Recorded data: Begin

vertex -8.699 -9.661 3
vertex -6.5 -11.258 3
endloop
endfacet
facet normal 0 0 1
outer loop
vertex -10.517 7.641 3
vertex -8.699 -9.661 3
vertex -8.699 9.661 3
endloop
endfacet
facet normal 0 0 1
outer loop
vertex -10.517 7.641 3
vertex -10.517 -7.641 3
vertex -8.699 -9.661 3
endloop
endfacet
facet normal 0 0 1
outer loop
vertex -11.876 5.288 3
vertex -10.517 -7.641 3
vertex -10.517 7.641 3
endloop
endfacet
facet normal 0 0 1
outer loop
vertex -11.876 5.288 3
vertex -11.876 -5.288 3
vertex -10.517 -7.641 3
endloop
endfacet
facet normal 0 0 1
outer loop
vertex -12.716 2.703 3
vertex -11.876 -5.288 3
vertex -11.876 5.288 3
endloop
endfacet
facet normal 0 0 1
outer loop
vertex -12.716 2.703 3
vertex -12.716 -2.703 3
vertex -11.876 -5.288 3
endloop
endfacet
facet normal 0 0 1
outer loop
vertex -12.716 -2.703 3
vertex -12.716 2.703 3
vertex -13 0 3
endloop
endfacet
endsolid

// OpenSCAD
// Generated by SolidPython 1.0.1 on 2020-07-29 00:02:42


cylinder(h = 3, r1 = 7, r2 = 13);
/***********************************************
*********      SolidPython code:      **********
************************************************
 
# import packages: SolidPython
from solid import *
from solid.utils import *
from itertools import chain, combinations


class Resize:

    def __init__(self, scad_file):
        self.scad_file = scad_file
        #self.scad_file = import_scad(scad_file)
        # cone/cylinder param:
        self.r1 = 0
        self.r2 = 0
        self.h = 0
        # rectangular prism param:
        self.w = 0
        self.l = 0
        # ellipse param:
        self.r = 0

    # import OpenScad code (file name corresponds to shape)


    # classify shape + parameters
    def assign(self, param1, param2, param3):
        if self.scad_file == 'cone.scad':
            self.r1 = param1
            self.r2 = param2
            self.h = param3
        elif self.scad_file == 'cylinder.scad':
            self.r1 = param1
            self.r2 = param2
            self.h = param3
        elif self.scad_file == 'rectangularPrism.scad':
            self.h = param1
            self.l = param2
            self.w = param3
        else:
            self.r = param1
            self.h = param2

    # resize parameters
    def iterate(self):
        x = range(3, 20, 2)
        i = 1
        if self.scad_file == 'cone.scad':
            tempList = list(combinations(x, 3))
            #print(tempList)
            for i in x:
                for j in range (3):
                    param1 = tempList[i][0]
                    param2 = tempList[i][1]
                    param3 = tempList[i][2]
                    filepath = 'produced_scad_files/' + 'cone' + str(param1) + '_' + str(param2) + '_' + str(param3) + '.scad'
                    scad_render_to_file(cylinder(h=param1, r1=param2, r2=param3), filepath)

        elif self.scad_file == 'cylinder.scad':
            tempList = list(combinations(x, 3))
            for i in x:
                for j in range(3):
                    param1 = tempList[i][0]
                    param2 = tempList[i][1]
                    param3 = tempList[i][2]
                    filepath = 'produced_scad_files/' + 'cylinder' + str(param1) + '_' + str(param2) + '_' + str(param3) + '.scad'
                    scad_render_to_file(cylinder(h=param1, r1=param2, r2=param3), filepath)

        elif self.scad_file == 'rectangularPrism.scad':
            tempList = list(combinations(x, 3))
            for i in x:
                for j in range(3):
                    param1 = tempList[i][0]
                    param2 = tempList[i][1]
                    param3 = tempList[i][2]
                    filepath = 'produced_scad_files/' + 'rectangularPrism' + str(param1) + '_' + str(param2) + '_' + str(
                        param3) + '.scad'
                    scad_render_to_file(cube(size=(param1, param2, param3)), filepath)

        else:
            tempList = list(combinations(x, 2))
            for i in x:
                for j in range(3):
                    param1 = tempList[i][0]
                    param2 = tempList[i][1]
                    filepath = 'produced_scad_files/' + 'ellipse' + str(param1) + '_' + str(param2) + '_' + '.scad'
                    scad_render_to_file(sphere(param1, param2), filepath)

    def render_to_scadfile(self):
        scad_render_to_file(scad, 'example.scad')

Recorded data: End

• Exercise directions: The answer should consist only of the lines from the line containing "filepath = 'produced_scad_files/' + 'ellipse'" through the final line of the listing above, reproduced exactly.

• Your solution:
                    filepath = 'produced_scad_files/' + 'ellipse' + str(param1) + '_' + str(param2) + '_' + '.scad'
                    scad_render_to_file(sphere(param1, param2), filepath)

    def render_to_scadfile(self):
        scad_render_to_file(scad, 'example.scad')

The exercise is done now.